De Britse indierockband The 1975 brak in 2013 plotsklaps door met hun self-titled debuutalbum. Sindsdien lijkt de carrière van het kwartet uit Manchester één grote zegetocht te zijn, die de band vanavond voor de tweede keer in iets meer dan een jaar naar de AFAS Live brengt. Dit opnieuw ter ondersteuning van het populaire tweede album met de ambitieuze titel I Like It When You Sleep, for You Are So Beautiful Yet So Unaware of It.

Bakvissen

Het concert had oorspronkelijk in januari moeten plaatsvinden, maar werd verplaatst wegens conflicterende agenda’s. Fans hebben dus even wat langer geduld moeten hebben, maar het is zover: om klokslag negen uur doven de lichten en klinkt het intro ‘The 1975’, een verlengde versie om extra spanning op te bouwen. Er word luidkeels gegild door de vele tienermeisjes die aanwezig zijn. Veel van hen lagen al uren van tevoren voor de zaal, maar doordat de AFAS verre van uitverkocht is lukt het ook laatkomers nog om een prima plekje in de menigte te vinden.

Zo’n doelgroep heeft z’n voor- en nadelen: enerzijds is het type bakvis door alle hysterie niet altijd serieus te nemen, anderzijds kennen de fans alle liedjes wel woord voor woord en wordt er met ieder nummer leuk meegedaan. Gelukkig begint The 1975 zelf ook lekker met de funky single ‘Love Me’ en het dansbare ‘UGH!’. De jongens hebben podiumsetting uit de videoclip van ‘UGH!’ meegenomen, wat visueel bijzonder aantrekkelijk is. De lichtshow is dik in orde en op de achtergrond worden mooie beelden getoond, wat goed past bij de sfeer van de muziek.

Retro

Muzikaal haalt de band veel inspiratie uit elektronische poprockbandjes uit de jaren ’80 en ’90. Je hoort The Smiths en The Cure, met invloeden van Duran Duran en INXS erdoorheen. Vast niet geheel ontoevallig lijkt frontman Matt Healy, met zijn retro uiterlijk en nonchalante houding, dan ook aardig op een modern liefdeskind tussen Robert Smith en Simon Le Bon. De zanger danst erop los en eist vanavond een hoofdrol op in de podiumpresentatie van de band.

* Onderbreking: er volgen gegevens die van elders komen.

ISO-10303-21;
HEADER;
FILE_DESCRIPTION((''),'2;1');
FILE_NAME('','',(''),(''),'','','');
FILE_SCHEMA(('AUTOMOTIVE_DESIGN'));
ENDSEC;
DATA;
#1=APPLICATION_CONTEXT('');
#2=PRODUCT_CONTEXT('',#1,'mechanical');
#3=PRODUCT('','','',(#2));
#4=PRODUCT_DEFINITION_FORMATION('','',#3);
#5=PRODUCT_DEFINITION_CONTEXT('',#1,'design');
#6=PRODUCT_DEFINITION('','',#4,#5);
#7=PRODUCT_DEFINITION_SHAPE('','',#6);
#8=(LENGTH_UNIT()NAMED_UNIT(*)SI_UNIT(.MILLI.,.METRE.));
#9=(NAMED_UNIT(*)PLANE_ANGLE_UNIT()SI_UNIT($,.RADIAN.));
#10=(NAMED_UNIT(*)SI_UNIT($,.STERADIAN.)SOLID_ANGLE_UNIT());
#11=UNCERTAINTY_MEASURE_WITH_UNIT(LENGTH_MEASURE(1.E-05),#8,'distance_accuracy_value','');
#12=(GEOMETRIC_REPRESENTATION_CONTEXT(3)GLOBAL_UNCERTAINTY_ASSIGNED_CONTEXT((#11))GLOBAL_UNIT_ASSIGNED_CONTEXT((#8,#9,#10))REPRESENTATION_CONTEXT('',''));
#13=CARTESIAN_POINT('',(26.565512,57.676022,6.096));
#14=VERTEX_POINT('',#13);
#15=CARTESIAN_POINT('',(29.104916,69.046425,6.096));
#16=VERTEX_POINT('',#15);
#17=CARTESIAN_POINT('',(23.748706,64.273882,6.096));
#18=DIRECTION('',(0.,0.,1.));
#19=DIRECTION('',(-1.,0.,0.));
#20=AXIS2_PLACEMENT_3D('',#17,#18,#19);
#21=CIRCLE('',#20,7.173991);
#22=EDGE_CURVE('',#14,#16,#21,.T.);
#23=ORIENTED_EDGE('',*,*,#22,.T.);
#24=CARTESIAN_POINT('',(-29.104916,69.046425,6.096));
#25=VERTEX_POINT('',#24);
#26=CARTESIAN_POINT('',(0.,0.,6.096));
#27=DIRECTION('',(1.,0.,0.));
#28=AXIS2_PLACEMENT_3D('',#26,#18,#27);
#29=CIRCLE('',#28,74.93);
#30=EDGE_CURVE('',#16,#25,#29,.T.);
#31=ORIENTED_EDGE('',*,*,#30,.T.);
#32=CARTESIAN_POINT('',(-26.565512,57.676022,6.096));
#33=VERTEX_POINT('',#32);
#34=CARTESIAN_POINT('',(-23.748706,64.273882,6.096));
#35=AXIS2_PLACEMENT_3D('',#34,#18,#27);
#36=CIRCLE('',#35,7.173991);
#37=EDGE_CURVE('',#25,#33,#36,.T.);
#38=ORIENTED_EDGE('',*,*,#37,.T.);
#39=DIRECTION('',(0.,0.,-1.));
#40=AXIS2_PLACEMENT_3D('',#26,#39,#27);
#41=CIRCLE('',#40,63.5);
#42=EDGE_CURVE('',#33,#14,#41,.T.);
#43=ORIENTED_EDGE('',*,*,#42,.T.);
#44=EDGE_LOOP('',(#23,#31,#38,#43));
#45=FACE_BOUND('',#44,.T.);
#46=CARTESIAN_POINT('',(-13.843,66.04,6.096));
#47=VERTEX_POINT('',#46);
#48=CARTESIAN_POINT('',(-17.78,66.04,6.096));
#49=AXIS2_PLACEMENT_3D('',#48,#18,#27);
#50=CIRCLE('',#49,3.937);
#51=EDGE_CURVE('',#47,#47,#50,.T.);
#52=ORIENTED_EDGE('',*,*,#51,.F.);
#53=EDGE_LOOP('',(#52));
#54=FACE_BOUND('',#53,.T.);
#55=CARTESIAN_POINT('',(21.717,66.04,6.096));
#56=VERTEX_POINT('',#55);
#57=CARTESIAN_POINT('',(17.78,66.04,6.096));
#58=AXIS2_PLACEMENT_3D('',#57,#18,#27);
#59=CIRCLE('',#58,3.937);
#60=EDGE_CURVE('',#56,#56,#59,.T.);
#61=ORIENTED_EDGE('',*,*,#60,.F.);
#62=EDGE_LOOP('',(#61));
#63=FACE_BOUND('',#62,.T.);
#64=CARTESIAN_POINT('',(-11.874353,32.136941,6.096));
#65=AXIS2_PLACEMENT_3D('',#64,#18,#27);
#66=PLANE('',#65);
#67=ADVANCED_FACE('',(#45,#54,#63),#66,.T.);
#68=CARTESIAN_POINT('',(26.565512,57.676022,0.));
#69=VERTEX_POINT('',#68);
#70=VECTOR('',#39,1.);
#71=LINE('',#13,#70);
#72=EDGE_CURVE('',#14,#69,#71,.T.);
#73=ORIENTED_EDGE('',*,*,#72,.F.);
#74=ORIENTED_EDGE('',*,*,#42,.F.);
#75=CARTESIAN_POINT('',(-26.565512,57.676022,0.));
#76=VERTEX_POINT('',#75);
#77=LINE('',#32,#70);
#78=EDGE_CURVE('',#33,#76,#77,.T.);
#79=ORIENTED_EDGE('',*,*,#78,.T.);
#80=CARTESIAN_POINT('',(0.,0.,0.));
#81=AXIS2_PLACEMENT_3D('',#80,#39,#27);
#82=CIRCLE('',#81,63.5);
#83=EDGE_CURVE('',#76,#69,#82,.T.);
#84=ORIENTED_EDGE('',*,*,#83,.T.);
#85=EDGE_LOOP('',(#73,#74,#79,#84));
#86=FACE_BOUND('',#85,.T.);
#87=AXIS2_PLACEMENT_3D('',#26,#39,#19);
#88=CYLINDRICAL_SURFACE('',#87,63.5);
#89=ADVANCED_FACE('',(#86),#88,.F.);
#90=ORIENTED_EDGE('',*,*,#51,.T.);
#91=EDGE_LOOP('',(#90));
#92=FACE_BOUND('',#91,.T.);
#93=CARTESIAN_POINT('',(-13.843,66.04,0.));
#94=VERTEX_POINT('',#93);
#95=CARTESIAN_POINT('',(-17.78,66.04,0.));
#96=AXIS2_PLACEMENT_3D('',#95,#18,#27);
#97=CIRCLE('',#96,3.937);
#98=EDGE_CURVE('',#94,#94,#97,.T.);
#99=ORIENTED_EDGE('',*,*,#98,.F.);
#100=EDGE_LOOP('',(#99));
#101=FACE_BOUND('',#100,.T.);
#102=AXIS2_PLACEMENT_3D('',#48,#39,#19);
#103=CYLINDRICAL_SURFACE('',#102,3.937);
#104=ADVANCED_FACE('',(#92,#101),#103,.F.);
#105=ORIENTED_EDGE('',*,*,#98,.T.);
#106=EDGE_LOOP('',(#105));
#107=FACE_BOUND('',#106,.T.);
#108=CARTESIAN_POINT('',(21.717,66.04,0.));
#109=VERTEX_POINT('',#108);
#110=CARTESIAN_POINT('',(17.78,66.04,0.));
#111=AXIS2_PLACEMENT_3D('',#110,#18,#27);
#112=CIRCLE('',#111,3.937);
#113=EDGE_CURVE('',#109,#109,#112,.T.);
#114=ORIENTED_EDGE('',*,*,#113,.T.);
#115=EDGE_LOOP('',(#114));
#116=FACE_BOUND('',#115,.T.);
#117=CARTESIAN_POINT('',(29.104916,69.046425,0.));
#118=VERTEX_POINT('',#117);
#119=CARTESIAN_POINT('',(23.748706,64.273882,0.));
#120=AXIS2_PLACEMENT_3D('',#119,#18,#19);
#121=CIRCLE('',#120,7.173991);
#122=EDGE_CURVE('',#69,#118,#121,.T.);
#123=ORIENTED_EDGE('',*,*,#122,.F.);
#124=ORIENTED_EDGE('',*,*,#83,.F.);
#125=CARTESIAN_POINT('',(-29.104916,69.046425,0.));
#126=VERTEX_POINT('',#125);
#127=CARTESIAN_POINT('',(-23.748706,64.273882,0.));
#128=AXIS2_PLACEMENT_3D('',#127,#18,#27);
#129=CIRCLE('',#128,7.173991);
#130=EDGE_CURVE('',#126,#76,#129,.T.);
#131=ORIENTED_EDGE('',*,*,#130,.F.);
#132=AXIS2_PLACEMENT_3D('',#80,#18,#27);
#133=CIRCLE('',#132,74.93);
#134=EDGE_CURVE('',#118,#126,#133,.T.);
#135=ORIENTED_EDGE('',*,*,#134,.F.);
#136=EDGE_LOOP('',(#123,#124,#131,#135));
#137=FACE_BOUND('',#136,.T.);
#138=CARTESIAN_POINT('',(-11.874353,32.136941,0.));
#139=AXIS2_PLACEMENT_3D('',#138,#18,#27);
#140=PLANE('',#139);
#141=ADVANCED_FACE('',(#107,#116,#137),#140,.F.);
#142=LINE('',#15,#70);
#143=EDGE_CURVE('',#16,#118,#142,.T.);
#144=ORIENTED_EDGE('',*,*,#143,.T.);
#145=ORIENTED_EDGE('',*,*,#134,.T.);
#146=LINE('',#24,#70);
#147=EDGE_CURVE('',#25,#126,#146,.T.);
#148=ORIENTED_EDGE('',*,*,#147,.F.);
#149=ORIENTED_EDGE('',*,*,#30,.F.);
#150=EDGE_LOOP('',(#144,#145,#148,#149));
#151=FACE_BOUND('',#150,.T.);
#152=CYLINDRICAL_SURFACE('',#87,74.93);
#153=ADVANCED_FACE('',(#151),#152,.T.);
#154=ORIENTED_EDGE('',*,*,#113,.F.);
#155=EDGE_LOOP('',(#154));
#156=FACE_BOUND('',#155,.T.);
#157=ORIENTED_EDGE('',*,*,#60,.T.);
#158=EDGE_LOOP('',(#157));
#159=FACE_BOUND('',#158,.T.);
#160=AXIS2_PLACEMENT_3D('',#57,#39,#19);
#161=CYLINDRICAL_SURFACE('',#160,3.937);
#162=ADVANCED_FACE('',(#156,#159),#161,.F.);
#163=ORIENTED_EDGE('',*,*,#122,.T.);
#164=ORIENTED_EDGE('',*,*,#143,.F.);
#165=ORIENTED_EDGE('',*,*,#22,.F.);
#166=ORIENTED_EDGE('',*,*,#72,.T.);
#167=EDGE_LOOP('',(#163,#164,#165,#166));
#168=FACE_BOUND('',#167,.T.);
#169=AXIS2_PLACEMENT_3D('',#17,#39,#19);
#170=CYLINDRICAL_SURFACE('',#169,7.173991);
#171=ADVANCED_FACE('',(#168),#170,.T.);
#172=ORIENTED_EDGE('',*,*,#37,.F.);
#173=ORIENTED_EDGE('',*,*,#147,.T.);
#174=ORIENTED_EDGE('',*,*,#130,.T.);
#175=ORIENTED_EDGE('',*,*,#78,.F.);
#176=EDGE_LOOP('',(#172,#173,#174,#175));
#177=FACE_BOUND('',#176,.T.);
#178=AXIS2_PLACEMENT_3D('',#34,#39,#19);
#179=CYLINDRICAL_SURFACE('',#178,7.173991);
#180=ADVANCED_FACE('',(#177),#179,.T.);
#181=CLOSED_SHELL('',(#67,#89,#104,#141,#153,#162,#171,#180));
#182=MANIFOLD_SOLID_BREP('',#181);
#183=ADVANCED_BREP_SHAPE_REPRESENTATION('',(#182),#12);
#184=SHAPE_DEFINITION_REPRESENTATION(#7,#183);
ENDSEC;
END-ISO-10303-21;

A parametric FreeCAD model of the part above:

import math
import FreeCAD as App
import Part
import Sketcher
from FreeCAD import Vector
Q = App.Units.Quantity

doc = App.newDocument("Part")
body = doc.addObject("PartDesign::Body", "Body")

sketch1 = body.newObject("Sketcher::SketchObject", "Sketch")
sketch1.AttachmentSupport = (doc.getObject("XY_Plane"), [""])
sketch1.MapMode = "FlatFace"
sketch1.addGeometry(Part.ArcOfCircle(Part.Circle(Vector(0, 0, 0), Vector(0, 0, 1), 74.9), math.radians(67), math.radians(113)), False)
sketch1.addGeometry(Part.ArcOfCircle(Part.Circle(Vector(-23.7, 64.3, 0), Vector(0, 0, 1), 7.2), math.radians(138), math.radians(247)), False)
sketch1.addGeometry(Part.ArcOfCircle(Part.Circle(Vector(0, 0, 0), Vector(0, 0, 1), 63.5), math.radians(65), math.radians(115)), False)
sketch1.addGeometry(Part.ArcOfCircle(Part.Circle(Vector(23.7, 64.3, 0), Vector(0, 0, 1), 7.2), math.radians(-67), math.radians(42)), False)
sketch1.addGeometry(Part.Circle(Vector(-17.8, 66, 0), Vector(0, 0, 1), 3.9), False)
sketch1.addGeometry(Part.Circle(Vector(17.8, 66, 0), Vector(0, 0, 1), 3.9), False)
sketch1.addConstraint(Sketcher.Constraint("Coincident", 0, 2, 1, 1))
sketch1.addConstraint(Sketcher.Constraint("Coincident", 1, 2, 2, 2))
sketch1.addConstraint(Sketcher.Constraint("Coincident", 2, 1, 3, 1))
sketch1.addConstraint(Sketcher.Constraint("Coincident", 3, 2, 0, 1))
sketch1.addConstraint(Sketcher.Constraint("Coincident", 0, 3, -1, 1))
sketch1.addConstraint(Sketcher.Constraint("Coincident", 2, 3, -1, 1))
sketch1.addConstraint(Sketcher.Constraint("Equal", 1, 3))
sketch1.addConstraint(Sketcher.Constraint("Equal", 4, 5))
sketch1.addConstraint(Sketcher.Constraint("Symmetric", 1, 3, 3, 3, -2))
sketch1.addConstraint(Sketcher.Constraint("Symmetric", 4, 3, 5, 3, -2))
sketch1.addConstraint(Sketcher.Constraint("Radius", 2, Q("2.5 in")))
sketch1.addConstraint(Sketcher.Constraint("Diameter", 4, Q("0.31 in")))
sketch1.addConstraint(Sketcher.Constraint("Radius", 0, Q("2.95 in")))
sketch1.addConstraint(Sketcher.Constraint("DistanceX", 4, 3, -1, 1, Q("0.7 in")))
sketch1.addConstraint(Sketcher.Constraint("DistanceY", -1, 1, 4, 3, Q("2.6 in")))
sketch1.addConstraint(Sketcher.Constraint("Radius", 1, 7.173991))
sketch1.addConstraint(Sketcher.Constraint("DistanceY", -1, 1, 1, 3, 64.273882))
sketch1.addConstraint(Sketcher.Constraint("DistanceX", 1, 3, 3, 3, 47.497412))
pad1 = body.newObject("PartDesign::Pad", "Pad")
pad1.Profile = sketch1
pad1.Length = Q("0.24 in")

doc.recompute()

Verder houdt hij zich met name de eerste helft van de show behoorlijk gedeisd. De band stelt zich bescheiden op, laat de muziek voor zich spreken en het concert kabbelt rustig voort. Totdat Healy voor ‘Loving Someone’ een pleidooi over feminisme en seksualiteit houdt, en iemand ineens een bijbel op het podium gooit. “Don’t fucking throw scripture at me while I’m talking,” bijt Healy toe, al voegt hij later toe dat hij de daad wel kan respecteren als het bedoeld was als een “anarchist manifesto”. Healy is zelf namelijk heel uitgesproken over zijn vrouwelijke kant: hij heeft een androgyn voorkomen en schuwt opvallende make-up niet.

Gewoon luisteren

De setlist telt dik 20 nummers en dat is aan de lange kant voor een groep die pas twee volwaardige studioalbums uit heeft, al wordt de tijd ook gevuld met tracks van hun EP’s én één nieuw nummer: ‘Me’, dat moet gaan verschijnen op derde album Music for Cars (gepland voor 2018). Healy verzoekt, zoals altijd, om dit nummer te spelen zonder telefoons in de lucht, opdat een mooie herinnering beter is dan een video op social media. Dat lukt hem goed, al reageert hij geërgerd als het publiek vervolgens begint mee te klappen: “Stop clapping, just listen.” Net als vroeger. Hij lapt het rookverbod aan zijn laars en steekt een sigaret op. Oók net als vroeger.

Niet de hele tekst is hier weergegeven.